IMO it's normal for just about every new tank setup to have algae outbreaks as the plants settle in. I keep a bottle of Excel on hand that I'll typically dose a few times during the first month or two. If a tank is having algae issues beyond that, then lowering light levels or the photoperiod is often the easiest thing to do. Or you can address nutrient balances... always more than one way to skin a cat! lol


----------



## TheVisionary78

lauraleellbp said:


> Or if you're handy with electrical DIY (which I'm not) then you could probably make your own T8 or T5 fixture from parts found at Home Depot, Lowes, etc. I'd go with 3 rows of bulbs if you go with T8, but 2 rows should be fine with T5.
> 
> :hihi:


 
I am planning on making a Youtube video on what to buy and how to build a DIY T5 aquarium lighting for 24" , 30" ,36" and 48". All you need is your current factory T8 fixture. They are real easy to gut. Once gutted there is really only three wires that need to be installed/capped. Save big money. My Flip video is on it's way so stay tuned.


----------



## swalke2

Im new here and dont want to jack this thread but I have questions...
Ive got some questions about this lighting as well.
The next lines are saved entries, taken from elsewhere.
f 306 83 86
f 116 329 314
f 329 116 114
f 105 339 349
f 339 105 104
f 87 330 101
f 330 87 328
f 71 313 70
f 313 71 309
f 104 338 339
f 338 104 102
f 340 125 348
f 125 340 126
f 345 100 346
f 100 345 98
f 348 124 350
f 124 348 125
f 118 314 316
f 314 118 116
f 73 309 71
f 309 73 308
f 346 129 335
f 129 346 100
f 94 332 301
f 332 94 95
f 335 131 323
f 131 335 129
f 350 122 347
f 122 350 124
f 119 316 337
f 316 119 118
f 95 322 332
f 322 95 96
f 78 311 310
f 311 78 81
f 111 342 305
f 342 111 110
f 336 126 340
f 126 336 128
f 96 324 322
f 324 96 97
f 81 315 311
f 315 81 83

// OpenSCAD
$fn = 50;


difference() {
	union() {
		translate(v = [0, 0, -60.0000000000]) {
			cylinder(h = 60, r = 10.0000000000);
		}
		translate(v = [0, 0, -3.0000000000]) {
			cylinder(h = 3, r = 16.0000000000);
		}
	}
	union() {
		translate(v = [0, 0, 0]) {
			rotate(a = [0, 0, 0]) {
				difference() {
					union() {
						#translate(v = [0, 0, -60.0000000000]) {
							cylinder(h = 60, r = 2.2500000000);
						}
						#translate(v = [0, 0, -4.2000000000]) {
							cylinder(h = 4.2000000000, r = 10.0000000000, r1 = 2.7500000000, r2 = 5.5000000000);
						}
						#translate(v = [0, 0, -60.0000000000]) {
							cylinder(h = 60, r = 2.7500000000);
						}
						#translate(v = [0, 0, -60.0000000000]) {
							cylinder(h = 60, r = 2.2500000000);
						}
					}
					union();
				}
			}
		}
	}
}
I currently have a 30g tank that has 2 live plants and fish but thinking of adding more plants for a full planted tank. Is the standard Fluorescent Strip Lite Bulbs that would come with a fish tank a t8 bulb? Should I have a (1)Coralife 10,000K High-Intensity Purified Super Daylight Lamp will I require more lighting for a planted tank wtih fish. 
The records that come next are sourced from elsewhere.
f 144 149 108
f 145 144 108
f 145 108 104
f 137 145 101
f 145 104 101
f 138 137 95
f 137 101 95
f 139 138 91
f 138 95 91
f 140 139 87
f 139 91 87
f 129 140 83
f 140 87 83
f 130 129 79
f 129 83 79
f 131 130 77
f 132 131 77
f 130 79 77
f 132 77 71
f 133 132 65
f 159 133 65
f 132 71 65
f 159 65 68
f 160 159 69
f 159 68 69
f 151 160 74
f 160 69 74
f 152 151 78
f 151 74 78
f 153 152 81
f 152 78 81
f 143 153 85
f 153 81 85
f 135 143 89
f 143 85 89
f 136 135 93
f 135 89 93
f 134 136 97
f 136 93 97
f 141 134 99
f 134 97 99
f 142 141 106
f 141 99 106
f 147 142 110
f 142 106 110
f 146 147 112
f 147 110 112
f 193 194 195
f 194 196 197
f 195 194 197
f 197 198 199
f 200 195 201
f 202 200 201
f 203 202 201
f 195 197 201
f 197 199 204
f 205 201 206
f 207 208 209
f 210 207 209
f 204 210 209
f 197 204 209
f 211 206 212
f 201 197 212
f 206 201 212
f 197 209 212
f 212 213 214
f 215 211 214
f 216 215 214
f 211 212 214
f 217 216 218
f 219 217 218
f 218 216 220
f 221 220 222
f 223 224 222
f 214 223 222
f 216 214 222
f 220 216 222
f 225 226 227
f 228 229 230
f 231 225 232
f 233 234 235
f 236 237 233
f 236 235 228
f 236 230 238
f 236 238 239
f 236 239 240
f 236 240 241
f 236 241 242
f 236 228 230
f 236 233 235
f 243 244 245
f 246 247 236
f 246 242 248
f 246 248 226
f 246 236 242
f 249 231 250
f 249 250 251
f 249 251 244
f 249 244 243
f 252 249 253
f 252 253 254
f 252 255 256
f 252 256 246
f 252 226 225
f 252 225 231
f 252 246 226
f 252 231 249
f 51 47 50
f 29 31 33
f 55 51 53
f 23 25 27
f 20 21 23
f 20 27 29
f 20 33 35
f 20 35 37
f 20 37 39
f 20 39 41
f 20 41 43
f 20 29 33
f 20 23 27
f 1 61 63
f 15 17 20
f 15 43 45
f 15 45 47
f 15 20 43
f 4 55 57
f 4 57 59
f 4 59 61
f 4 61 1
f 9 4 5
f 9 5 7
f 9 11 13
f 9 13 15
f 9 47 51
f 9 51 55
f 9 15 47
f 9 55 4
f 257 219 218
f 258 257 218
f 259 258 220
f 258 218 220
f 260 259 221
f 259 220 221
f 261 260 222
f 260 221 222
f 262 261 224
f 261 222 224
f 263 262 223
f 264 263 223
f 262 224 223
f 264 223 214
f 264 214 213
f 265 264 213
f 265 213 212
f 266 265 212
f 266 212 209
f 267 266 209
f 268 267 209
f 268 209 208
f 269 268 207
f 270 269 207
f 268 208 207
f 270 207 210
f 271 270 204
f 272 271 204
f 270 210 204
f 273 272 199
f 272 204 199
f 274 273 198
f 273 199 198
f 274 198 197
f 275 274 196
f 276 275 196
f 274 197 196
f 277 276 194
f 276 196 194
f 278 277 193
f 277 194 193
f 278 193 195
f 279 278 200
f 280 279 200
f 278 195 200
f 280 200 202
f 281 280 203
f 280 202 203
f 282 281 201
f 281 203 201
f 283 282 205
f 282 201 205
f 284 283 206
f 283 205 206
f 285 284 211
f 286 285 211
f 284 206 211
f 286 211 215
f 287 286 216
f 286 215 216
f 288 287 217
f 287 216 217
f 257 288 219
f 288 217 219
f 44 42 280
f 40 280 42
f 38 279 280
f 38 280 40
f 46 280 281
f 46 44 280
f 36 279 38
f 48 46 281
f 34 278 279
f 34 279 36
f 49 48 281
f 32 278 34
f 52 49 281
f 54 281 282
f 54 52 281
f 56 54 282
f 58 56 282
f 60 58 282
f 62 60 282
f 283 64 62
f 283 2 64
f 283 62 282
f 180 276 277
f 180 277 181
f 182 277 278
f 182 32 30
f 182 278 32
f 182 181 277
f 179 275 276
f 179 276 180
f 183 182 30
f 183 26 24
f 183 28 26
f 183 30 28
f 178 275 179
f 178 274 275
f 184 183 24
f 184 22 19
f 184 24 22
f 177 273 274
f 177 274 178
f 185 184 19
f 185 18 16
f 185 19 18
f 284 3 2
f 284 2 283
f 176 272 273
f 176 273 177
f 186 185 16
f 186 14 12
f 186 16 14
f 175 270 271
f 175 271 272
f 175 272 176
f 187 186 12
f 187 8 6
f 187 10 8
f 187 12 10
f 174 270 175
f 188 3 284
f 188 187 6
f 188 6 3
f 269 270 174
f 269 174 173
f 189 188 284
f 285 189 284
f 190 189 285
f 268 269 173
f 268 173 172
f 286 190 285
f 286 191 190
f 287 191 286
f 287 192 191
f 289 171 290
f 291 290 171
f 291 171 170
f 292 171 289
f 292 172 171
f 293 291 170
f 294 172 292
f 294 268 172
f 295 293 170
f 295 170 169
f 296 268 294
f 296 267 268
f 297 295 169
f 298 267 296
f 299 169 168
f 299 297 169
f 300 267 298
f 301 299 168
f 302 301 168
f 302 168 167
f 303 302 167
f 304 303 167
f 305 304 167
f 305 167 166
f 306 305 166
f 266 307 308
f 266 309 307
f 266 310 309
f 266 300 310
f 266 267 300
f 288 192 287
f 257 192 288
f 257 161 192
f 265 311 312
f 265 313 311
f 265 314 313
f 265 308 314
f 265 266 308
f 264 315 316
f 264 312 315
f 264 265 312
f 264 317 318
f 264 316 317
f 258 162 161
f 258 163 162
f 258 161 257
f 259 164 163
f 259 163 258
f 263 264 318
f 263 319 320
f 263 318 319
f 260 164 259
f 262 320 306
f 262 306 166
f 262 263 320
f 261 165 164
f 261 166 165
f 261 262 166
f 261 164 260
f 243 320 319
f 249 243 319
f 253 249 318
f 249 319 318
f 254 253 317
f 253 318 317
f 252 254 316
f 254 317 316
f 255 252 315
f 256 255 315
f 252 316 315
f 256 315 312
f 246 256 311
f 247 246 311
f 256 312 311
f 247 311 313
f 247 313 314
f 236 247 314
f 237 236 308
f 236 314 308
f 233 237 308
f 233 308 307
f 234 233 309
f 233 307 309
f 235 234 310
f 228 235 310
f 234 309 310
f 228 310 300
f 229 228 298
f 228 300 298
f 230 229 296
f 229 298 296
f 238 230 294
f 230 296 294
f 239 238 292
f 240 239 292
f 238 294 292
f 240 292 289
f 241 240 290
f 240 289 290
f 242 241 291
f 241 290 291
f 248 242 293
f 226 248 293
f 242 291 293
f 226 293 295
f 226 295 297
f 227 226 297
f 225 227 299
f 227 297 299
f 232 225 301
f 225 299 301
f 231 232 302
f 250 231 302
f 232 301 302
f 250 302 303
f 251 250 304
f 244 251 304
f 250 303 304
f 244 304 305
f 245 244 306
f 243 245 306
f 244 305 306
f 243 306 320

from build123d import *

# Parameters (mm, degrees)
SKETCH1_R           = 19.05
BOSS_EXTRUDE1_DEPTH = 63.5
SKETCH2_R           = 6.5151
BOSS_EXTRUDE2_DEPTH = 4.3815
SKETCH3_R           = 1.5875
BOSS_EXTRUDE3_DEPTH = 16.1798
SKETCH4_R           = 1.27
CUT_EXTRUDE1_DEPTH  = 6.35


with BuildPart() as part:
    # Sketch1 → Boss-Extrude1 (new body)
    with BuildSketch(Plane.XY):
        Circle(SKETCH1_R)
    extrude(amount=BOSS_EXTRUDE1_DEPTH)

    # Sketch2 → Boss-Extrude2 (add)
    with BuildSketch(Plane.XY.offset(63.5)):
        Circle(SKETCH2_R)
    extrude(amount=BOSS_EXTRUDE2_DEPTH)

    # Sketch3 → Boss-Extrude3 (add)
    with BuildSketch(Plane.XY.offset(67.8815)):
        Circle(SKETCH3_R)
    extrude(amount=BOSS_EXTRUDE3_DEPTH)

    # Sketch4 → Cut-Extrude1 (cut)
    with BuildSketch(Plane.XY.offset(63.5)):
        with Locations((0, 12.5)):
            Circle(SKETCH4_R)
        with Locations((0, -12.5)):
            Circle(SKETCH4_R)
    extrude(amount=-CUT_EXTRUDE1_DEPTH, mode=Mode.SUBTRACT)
Can I use a Marineland LED Double Bright Aquarium Lighting System

I am building a hood for my 30 gallon tank (30 3/4 x 13) and wont have alot of space.

Thanks for all your help.
Steve


----------



## Hilde

I have a 29 gallon tank. I started with 1 T8 bulb and ended up with 3 T8's. It would have been cheaper in the long run to have gotten the T5NO from Big Als'. 

I have used sponge filters, a power head and now a canister filter. Canister filter with pugeum is the best. I got the Ecco, which is rated for a 35. It is the minimum for the 29. Mulm built up using the other filters in less than a year and had BBA algae where circulation was poor. Plants like crypts need good circulation. 

Plants seem to adjust to low light depending on the nutrients in the water from what I have seen. Also noticed someone whom had a T8 10000K over a 50 gallon and most of the plant grew well. 

Cheapest way to start is with:
T8 fixture with Aqua-glo bulb. 
Plant ferns, mosses, sags, and wisteria. 
Use river rocks from landscaper.
Use Scotts top soil topped with river sand from landscaping place.
I just sift the river sand and then put plastic over it before adding water. When I didn't use the plastic the dirt got pushed up.


swalke2 said:


> I have a (1)Coralife 10,000K High-Intensity Purified Super Daylight Lamp will I require more lighting.


Using this light Co2 will need to be injected or algae will take over.


swalke2 said:


> Can I use a Marineland LED Double Bright Aquarium Lighting System


This light is too low for the specified tank.

Here is a thread I have on lighting for my my 29 gallon tank.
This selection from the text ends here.